Records to use:
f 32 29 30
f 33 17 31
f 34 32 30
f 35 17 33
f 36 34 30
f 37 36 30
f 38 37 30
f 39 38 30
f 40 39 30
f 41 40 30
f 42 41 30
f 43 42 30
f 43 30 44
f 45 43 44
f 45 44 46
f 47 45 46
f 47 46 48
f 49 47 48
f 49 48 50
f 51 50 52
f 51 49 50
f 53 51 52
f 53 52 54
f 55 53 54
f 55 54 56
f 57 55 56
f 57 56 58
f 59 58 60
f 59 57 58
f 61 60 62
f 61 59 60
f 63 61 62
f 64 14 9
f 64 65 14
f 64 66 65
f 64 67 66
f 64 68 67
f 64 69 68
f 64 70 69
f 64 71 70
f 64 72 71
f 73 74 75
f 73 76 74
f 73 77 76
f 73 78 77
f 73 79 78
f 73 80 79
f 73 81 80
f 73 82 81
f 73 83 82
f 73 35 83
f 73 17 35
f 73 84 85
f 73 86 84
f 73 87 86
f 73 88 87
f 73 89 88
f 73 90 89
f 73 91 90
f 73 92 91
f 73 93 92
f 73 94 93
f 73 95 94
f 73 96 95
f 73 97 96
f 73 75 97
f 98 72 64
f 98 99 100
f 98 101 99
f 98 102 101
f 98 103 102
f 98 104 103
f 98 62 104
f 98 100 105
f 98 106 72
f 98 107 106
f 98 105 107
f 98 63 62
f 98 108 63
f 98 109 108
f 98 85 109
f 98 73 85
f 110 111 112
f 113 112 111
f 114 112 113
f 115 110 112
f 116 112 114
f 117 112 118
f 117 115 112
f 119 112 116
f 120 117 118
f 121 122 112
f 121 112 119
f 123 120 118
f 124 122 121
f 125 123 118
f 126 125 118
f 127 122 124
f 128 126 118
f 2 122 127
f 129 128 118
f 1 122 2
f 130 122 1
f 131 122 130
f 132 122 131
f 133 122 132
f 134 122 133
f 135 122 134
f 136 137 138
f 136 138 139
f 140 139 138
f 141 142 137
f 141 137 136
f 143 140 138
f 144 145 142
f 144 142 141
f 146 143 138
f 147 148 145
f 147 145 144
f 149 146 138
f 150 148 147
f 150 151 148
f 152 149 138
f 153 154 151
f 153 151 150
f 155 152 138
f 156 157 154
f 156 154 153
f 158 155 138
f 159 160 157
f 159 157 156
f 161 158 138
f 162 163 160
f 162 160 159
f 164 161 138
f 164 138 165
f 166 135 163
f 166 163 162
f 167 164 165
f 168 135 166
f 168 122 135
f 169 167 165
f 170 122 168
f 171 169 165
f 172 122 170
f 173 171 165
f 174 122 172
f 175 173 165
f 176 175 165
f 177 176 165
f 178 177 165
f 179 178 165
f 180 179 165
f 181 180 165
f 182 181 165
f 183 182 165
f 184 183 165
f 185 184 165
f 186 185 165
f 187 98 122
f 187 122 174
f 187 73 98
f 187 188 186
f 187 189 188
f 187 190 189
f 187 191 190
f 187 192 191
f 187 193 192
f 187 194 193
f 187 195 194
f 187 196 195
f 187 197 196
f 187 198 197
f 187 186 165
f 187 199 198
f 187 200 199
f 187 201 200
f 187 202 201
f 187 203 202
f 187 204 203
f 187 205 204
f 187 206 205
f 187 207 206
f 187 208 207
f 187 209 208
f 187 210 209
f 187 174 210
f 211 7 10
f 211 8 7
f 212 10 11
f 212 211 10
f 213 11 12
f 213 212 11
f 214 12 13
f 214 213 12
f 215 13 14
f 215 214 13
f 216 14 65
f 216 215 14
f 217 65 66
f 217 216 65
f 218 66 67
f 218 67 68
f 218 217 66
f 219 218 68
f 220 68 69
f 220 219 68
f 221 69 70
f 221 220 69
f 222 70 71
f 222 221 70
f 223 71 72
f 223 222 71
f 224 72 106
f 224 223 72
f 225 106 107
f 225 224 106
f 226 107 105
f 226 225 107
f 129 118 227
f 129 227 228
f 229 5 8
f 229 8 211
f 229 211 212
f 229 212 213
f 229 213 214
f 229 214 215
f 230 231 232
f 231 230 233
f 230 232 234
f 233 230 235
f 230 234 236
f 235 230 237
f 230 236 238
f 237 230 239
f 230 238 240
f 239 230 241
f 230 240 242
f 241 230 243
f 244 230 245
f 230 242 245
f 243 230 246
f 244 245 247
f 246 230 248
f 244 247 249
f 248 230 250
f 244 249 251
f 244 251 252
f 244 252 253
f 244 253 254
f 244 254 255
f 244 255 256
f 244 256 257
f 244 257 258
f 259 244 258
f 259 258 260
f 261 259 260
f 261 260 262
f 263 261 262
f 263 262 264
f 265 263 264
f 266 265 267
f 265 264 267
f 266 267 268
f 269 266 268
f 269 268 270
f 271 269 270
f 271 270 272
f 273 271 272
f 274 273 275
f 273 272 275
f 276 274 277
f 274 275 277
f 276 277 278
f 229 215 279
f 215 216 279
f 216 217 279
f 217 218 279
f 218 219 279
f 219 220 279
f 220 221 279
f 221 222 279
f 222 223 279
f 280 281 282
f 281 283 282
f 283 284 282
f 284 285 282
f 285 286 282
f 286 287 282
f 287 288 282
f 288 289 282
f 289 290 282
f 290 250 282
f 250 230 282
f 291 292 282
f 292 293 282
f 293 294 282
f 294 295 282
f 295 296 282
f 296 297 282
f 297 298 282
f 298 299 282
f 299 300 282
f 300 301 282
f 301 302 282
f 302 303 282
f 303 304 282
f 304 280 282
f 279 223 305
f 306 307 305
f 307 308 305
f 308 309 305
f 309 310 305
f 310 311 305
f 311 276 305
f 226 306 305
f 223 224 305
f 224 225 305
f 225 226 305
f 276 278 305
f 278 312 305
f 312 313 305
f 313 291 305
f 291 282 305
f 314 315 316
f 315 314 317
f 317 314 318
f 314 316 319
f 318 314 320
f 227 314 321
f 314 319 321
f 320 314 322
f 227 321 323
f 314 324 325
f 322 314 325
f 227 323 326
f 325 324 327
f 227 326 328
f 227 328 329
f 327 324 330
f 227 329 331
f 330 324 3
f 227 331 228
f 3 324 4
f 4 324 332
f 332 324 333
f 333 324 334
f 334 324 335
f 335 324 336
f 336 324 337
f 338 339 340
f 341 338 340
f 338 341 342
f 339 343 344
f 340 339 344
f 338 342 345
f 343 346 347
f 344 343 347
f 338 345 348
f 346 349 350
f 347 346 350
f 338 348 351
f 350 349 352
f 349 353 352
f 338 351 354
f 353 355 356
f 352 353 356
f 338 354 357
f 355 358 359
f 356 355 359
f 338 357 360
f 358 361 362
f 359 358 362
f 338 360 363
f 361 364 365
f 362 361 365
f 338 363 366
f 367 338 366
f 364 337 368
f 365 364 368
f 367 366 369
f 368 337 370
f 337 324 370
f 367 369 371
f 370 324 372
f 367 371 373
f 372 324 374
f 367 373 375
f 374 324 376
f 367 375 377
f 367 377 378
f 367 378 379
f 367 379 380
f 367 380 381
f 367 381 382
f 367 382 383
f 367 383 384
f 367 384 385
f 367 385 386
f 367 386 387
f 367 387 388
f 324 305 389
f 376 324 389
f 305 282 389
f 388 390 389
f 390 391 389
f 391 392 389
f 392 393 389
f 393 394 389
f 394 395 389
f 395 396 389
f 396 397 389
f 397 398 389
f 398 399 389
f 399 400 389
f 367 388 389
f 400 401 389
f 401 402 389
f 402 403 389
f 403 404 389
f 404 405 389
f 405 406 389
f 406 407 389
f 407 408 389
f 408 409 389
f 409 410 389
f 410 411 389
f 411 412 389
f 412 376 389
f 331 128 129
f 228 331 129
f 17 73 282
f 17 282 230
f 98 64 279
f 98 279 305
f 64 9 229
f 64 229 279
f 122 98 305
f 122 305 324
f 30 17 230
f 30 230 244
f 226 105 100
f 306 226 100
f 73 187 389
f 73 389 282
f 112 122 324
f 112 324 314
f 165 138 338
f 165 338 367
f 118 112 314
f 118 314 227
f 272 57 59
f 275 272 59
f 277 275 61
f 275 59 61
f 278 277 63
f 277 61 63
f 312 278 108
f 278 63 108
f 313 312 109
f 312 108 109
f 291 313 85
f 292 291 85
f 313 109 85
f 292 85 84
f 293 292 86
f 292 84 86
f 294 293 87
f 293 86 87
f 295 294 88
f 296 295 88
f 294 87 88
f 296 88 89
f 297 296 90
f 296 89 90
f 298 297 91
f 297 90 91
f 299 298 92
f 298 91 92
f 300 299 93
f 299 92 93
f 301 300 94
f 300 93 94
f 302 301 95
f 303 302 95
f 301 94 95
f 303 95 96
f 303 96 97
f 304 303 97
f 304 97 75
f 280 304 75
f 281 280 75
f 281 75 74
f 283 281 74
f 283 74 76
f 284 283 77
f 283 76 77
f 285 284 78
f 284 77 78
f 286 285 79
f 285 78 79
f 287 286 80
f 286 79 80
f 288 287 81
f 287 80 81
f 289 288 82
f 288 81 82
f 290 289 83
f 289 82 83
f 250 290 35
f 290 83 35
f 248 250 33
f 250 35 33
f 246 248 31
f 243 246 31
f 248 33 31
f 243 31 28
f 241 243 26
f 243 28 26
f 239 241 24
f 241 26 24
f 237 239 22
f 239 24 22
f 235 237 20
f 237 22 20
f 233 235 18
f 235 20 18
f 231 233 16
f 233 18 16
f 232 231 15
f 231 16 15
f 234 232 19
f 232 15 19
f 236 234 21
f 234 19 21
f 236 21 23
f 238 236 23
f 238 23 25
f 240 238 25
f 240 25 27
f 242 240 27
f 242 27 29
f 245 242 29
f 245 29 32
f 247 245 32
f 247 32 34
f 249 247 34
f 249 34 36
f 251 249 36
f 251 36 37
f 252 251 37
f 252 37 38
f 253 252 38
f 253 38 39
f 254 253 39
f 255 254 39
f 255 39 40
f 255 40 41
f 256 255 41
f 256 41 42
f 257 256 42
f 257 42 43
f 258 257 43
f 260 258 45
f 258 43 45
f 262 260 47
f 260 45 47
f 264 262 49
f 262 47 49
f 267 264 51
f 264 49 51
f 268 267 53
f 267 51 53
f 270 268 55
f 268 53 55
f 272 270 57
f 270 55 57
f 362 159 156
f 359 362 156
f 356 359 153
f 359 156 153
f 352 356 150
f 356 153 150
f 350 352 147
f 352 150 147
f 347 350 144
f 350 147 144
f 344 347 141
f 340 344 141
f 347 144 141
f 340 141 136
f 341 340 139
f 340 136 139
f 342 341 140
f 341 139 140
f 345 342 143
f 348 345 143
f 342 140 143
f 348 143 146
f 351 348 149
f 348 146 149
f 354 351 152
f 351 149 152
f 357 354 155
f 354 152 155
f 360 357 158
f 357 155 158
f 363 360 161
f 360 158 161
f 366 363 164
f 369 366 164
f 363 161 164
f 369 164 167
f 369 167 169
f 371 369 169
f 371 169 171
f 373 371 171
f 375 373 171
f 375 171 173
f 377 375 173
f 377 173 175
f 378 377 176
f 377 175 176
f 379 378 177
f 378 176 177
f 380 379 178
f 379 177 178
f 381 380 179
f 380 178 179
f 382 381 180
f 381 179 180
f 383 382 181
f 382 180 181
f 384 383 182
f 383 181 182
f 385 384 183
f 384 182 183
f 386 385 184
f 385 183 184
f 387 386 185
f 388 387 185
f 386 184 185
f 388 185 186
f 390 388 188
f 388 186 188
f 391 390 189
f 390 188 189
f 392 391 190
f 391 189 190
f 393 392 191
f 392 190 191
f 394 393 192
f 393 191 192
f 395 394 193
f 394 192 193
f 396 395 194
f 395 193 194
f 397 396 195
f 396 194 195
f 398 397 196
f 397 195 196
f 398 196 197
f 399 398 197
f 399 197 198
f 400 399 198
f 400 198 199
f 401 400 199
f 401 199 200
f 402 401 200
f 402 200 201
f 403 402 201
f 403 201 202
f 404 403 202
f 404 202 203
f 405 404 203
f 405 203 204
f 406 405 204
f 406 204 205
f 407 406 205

Task goal: The lines to extract from the data above begin with the line containing "f 285 284 78" and end with the line containing "f 348 143 146". Extract them exactly, including both.

Exercise response:
f 285 284 78
f 284 77 78
f 286 285 79
f 285 78 79
f 287 286 80
f 286 79 80
f 288 287 81
f 287 80 81
f 289 288 82
f 288 81 82
f 290 289 83
f 289 82 83
f 250 290 35
f 290 83 35
f 248 250 33
f 250 35 33
f 246 248 31
f 243 246 31
f 248 33 31
f 243 31 28
f 241 243 26
f 243 28 26
f 239 241 24
f 241 26 24
f 237 239 22
f 239 24 22
f 235 237 20
f 237 22 20
f 233 235 18
f 235 20 18
f 231 233 16
f 233 18 16
f 232 231 15
f 231 16 15
f 234 232 19
f 232 15 19
f 236 234 21
f 234 19 21
f 236 21 23
f 238 236 23
f 238 23 25
f 240 238 25
f 240 25 27
f 242 240 27
f 242 27 29
f 245 242 29
f 245 29 32
f 247 245 32
f 247 32 34
f 249 247 34
f 249 34 36
f 251 249 36
f 251 36 37
f 252 251 37
f 252 37 38
f 253 252 38
f 253 38 39
f 254 253 39
f 255 254 39
f 255 39 40
f 255 40 41
f 256 255 41
f 256 41 42
f 257 256 42
f 257 42 43
f 258 257 43
f 260 258 45
f 258 43 45
f 262 260 47
f 260 45 47
f 264 262 49
f 262 47 49
f 267 264 51
f 264 49 51
f 268 267 53
f 267 51 53
f 270 268 55
f 268 53 55
f 272 270 57
f 270 55 57
f 362 159 156
f 359 362 156
f 356 359 153
f 359 156 153
f 352 356 150
f 356 153 150
f 350 352 147
f 352 150 147
f 347 350 144
f 350 147 144
f 344 347 141
f 340 344 141
f 347 144 141
f 340 141 136
f 341 340 139
f 340 136 139
f 342 341 140
f 341 139 140
f 345 342 143
f 348 345 143
f 342 140 143
f 348 143 146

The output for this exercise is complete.